* **Data for the task**
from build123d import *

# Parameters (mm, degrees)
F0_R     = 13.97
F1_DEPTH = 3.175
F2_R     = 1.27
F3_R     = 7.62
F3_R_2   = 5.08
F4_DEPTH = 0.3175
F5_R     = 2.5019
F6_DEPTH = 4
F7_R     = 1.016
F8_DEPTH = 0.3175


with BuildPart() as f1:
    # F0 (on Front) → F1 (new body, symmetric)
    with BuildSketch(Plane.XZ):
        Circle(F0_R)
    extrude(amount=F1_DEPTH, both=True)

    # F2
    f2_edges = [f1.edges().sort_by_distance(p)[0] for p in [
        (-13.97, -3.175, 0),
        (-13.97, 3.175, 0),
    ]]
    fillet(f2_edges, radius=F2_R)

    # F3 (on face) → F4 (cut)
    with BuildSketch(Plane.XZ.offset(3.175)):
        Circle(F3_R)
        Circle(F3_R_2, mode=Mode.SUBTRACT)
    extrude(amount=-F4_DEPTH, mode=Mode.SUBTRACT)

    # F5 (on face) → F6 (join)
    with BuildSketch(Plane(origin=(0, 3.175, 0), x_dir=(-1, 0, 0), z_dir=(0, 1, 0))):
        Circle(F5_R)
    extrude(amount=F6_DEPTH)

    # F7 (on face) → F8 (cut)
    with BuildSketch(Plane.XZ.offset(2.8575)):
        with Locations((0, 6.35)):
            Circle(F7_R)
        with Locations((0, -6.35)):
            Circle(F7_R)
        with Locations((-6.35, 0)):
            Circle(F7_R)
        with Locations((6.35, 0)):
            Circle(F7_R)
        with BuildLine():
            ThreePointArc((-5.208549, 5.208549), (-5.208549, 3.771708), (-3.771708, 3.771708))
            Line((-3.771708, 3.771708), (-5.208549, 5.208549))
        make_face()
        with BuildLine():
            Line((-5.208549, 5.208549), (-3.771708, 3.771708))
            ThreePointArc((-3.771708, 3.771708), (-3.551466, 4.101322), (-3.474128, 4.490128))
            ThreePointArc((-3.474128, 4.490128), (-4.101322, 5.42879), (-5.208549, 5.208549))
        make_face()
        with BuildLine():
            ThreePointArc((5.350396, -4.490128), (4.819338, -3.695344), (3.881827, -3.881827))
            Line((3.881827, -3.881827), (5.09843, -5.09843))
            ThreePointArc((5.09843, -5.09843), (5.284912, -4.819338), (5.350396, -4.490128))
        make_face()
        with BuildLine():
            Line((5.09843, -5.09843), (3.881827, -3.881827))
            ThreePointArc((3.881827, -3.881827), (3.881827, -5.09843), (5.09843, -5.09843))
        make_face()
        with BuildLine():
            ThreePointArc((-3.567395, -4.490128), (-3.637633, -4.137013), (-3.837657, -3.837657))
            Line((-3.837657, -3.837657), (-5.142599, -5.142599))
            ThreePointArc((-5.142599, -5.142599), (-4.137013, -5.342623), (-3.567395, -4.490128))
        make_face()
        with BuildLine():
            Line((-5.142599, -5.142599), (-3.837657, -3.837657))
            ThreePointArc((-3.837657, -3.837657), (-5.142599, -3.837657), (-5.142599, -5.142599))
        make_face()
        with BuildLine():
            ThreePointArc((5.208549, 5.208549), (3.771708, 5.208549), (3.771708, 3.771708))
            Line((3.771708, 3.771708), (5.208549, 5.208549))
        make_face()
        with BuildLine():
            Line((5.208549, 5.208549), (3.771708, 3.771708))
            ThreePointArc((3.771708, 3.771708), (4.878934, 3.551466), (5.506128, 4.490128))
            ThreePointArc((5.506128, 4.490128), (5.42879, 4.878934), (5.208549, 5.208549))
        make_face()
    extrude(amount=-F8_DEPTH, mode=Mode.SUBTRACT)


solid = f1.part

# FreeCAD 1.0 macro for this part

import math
import FreeCAD as App
import Part
import Sketcher
Q = App.Units.Quantity


def edges_at(feature, points):
    """Names of the edges that pass closest to the given points."""
    edges = feature.Shape.Edges
    near = lambda p: min(range(len(edges)), key=lambda i: edges[i].distToShape(Part.Vertex(*p))[0])
    return sorted({f"Edge{near(p) + 1}" for p in points})

doc = App.newDocument("Part")
params = doc.addObject("Spreadsheet::Sheet", "Params")
for row, (alias, value) in enumerate([
    ("sketch1_diameter", "1.1 in"),
    ("pad1_length", "0.25 in"),
    ("fillet_radius", "0.05 in"),
    ("sketch2_diameter", "0.6 in"),
    ("sketch2_diameter2", "0.4 in"),
    ("pocket1_length", "0.0125 in"),
    ("sketch3_diameter", "0.197 in"),
    ("pad2_length", "4 mm"),
    ("sketch4_diameter", "0.08 in"),
    ("pocket2_length", "0.0125 in"),
], start=1):
    params.set(f"A{row}", alias)
    params.set(f"B{row}", "=" + value)
    params.setAlias(f"B{row}", alias)

body = doc.addObject("PartDesign::Body", "Body")

# Sketch on XZ plane
sketch1 = body.newObject("Sketcher::SketchObject", "Sketch")
sketch1.AttachmentSupport = (doc.getObject("XZ_Plane"), [""])
sketch1.MapMode = "FlatFace"
sketch1.addGeometry(Part.Circle(App.Vector(0, 0, 0), App.Vector(0, 0, 1), 14), False)
sketch1.addConstraint([
    Sketcher.Constraint("Coincident", 0, 3, -1, 1),
    Sketcher.Constraint("Diameter", 0, Q("1.1 in")),
])
sketch1.setExpression("Constraints[1]", "Params.sketch1_diameter")
pad1 = body.newObject("PartDesign::Pad", "Pad")
pad1.Profile = sketch1
pad1.setExpression("Length", "Params.pad1_length")
pad1.Midplane = True
doc.recompute()

fillet = body.newObject("PartDesign::Fillet", "Fillet")
fillet.Base = (pad1, edges_at(pad1, [(-13.97, -3.175, 0), (-13.97, 3.175, 0)]))
fillet.setExpression("Radius", "Params.fillet_radius")

# Sketch on XZ plane
sketch2 = body.newObject("Sketcher::SketchObject", "Sketch001")
sketch2.AttachmentSupport = (doc.getObject("XZ_Plane"), [""])
sketch2.MapMode = "FlatFace"
sketch2.AttachmentOffset = App.Placement(App.Vector(0, 0, 0.125 * 25.4), App.Rotation())
sketch2.addGeometry([
    Part.Circle(App.Vector(0, 0, 0), App.Vector(0, 0, 1), 8),
    Part.Circle(App.Vector(0, 0, 0), App.Vector(0, 0, 1), 5),
], False)
sketch2.addConstraint([
    Sketcher.Constraint("Coincident", 0, 3, -1, 1),
    Sketcher.Constraint("Coincident", 1, 3, -1, 1),
    Sketcher.Constraint("Diameter", 0, Q("0.6 in")),
    Sketcher.Constraint("Diameter", 1, Q("0.4 in")),
])
sketch2.setExpression("Constraints[2]", "Params.sketch2_diameter")
sketch2.setExpression("Constraints[3]", "Params.sketch2_diameter2")
pocket1 = body.newObject("PartDesign::Pocket", "Pocket")
pocket1.Profile = sketch2
pocket1.setExpression("Length", "Params.pocket1_length")

# Sketch on XZ plane
sketch3 = body.newObject("Sketcher::SketchObject", "Sketch002")
sketch3.AttachmentSupport = (doc.getObject("XZ_Plane"), [""])
sketch3.MapMode = "FlatFace"
sketch3.AttachmentOffset = App.Placement(App.Vector(0, 0, -0.125 * 25.4), App.Rotation())
sketch3.addGeometry(Part.Circle(App.Vector(0, 0, 0), App.Vector(0, 0, 1), 2.5), False)
sketch3.addConstraint([
    Sketcher.Constraint("Coincident", 0, 3, -1, 1),
    Sketcher.Constraint("Diameter", 0, Q("0.197 in")),
])
sketch3.setExpression("Constraints[1]", "Params.sketch3_diameter")
pad2 = body.newObject("PartDesign::Pad", "Pad001")
pad2.Profile = sketch3
pad2.setExpression("Length", "Params.pad2_length")
pad2.Reversed = True

# Sketch on XZ plane
sketch4 = body.newObject("Sketcher::SketchObject", "Sketch003")
sketch4.AttachmentSupport = (doc.getObject("XZ_Plane"), [""])
sketch4.MapMode = "FlatFace"
sketch4.AttachmentOffset = App.Placement(App.Vector(0, 0, 0.1125 * 25.4), App.Rotation())
sketch4.addGeometry([
    Part.Circle(App.Vector(0, 6.3, 0), App.Vector(0, 0, 1), 1),  # 0
    Part.Circle(App.Vector(0, -6.3, 0), App.Vector(0, 0, 1), 1),  # 1
    Part.Circle(App.Vector(-6.3, 0, 0), App.Vector(0, 0, 1), 1),  # 2
    Part.Circle(App.Vector(6.3, 0, 0), App.Vector(0, 0, 1), 1),  # 3
    Part.ArcOfCircle(Part.Circle(App.Vector(-4.5, 4.5, 0), App.Vector(0, 0, 1), 1), math.radians(135), math.radians(315)),  # 4
    Part.ArcOfCircle(Part.Circle(App.Vector(-4.5, 4.5, 0), App.Vector(0, 0, 1), 1), math.radians(-45), math.radians(0)),  # 5
    Part.ArcOfCircle(Part.Circle(App.Vector(-4.5, 4.5, 0), App.Vector(0, 0, 1), 1), math.radians(0), math.radians(135)),  # 6
    Part.ArcOfCircle(Part.Circle(App.Vector(4.5, -4.5, 0), App.Vector(0, 0, 1), 0.9), math.radians(0), math.radians(135)),  # 7
    Part.ArcOfCircle(Part.Circle(App.Vector(4.5, -4.5, 0), App.Vector(0, 0, 1), 0.9), math.radians(135), math.radians(315)),  # 8
    Part.ArcOfCircle(Part.Circle(App.Vector(4.5, -4.5, 0), App.Vector(0, 0, 1), 0.9), math.radians(-45), math.radians(0)),  # 9
    Part.ArcOfCircle(Part.Circle(App.Vector(-4.5, -4.5, 0), App.Vector(0, 0, 1), 0.9), math.radians(0), math.radians(45)),  # 10
    Part.ArcOfCircle(Part.Circle(App.Vector(-4.5, -4.5, 0), App.Vector(0, 0, 1), 0.9), math.radians(45), math.radians(225)),  # 11
    Part.ArcOfCircle(Part.Circle(App.Vector(-4.5, -4.5, 0), App.Vector(0, 0, 1), 0.9), math.radians(-135), math.radians(0)),  # 12
    Part.ArcOfCircle(Part.Circle(App.Vector(4.5, 4.5, 0), App.Vector(0, 0, 1), 1), math.radians(45), math.radians(225)),  # 13
    Part.ArcOfCircle(Part.Circle(App.Vector(4.5, 4.5, 0), App.Vector(0, 0, 1), 1), math.radians(-135), math.radians(0)),  # 14
    Part.ArcOfCircle(Part.Circle(App.Vector(4.5, 4.5, 0), App.Vector(0, 0, 1), 1), math.radians(0), math.radians(45)),  # 15
], False)
sketch4.addConstraint([
    Sketcher.Constraint("Coincident", 4, 2, 5, 1),
    Sketcher.Constraint("Tangent", 5, 2, 6, 1),
    Sketcher.Constraint("Tangent", 6, 2, 4, 1),
    Sketcher.Constraint("Tangent", 7, 2, 8, 1),
    Sketcher.Constraint("Coincident", 8, 2, 9, 1),
    Sketcher.Constraint("Coincident", 9, 2, 7, 1),
    Sketcher.Constraint("Coincident", 10, 2, 11, 1),
    Sketcher.Constraint("Tangent", 11, 2, 12, 1),
    Sketcher.Constraint("Coincident", 12, 2, 10, 1),
    Sketcher.Constraint("Tangent", 13, 2, 14, 1),
    Sketcher.Constraint("Tangent", 14, 2, 15, 1),
    Sketcher.Constraint("Tangent", 15, 2, 13, 1),
    Sketcher.Constraint("Coincident", 9, 3, 7, 3),
    Sketcher.Constraint("Equal", 0, 1),
    Sketcher.Constraint("Equal", 1, 2),
    Sketcher.Constraint("Equal", 2, 3),
    Sketcher.Constraint("Equal", 3, 4),
    Sketcher.Constraint("Equal", 4, 6),
    Sketcher.Constraint("Equal", 11, 12),
    Sketcher.Constraint("Equal", 6, 13),
    Sketcher.Constraint("Symmetric", 0, 3, 1, 3, -1, 1),
    Sketcher.Constraint("Symmetric", 2, 3, 3, 3, -1, 1),
    Sketcher.Constraint("Symmetric", 4, 3, 7, 3, -1, 1),
    Sketcher.Constraint("Symmetric", 11, 3, 13, 3, -1, 1),
    Sketcher.Constraint("Symmetric", 9, 3, 10, 3, -2),
    Sketcher.Constraint("Symmetric", 4, 2, 13, 2, -2),
    Sketcher.Constraint("PointOnObject", 0, 3, -2),
    Sketcher.Constraint("PointOnObject", 2, 3, -1),
    Sketcher.Constraint("Horizontal", 15, 3, 5, 2),
    Sketcher.Constraint("Horizontal", 12, 3, 9, 2),
    Sketcher.Constraint("Horizontal", 9, 2, 12, 2),
    Sketcher.Constraint("Horizontal", 5, 2, 14, 2),
    Sketcher.Constraint("Horizontal", 6, 2, 15, 2),
    Sketcher.Constraint("Diameter", 0, Q("0.08 in")),
    Sketcher.Constraint("DistanceY", 1, 3, 0, 3, Q("0.5 in")),
    Sketcher.Constraint("DistanceX", 2, 3, 3, 3, Q("0.5 in")),
    Sketcher.Constraint("Radius", 8, 0.860268),
    Sketcher.Constraint("Radius", 10, 0.922724),
    Sketcher.Constraint("DistanceX", 11, 2, -1, 1, 5.142599),
    Sketcher.Constraint("DistanceY", 11, 2, -1, 1, 5.142599),
    Sketcher.Constraint("DistanceY", 9, 3, 7, 2, 0.608299),
    Sketcher.Constraint("DistanceX", 8, 3, 8, 2, 0.608301),
    Sketcher.Constraint("DistanceX", 4, 3, -1, 1, 4.490128),
    Sketcher.Constraint("DistanceX", 6, 2, -1, 1, 5.208549),
    Sketcher.Constraint("DistanceX", 6, 3, 4, 2, 0.71842),
    Sketcher.Constraint("DistanceX", 10, 3, 10, 2, 0.652462),
])
sketch4.setExpression("Constraints[33]", "Params.sketch4_diameter")
pocket2 = body.newObject("PartDesign::Pocket", "Pocket001")
pocket2.Profile = sketch4
pocket2.setExpression("Length", "Params.pocket2_length")

doc.recompute()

* **Work instructions**
In the records above, find each line that mentions the word "Locations", and copy it.

* **Solution for this task**
        with Locations((0, 6.35)):
        with Locations((0, -6.35)):
        with Locations((-6.35, 0)):
        with Locations((6.35, 0)):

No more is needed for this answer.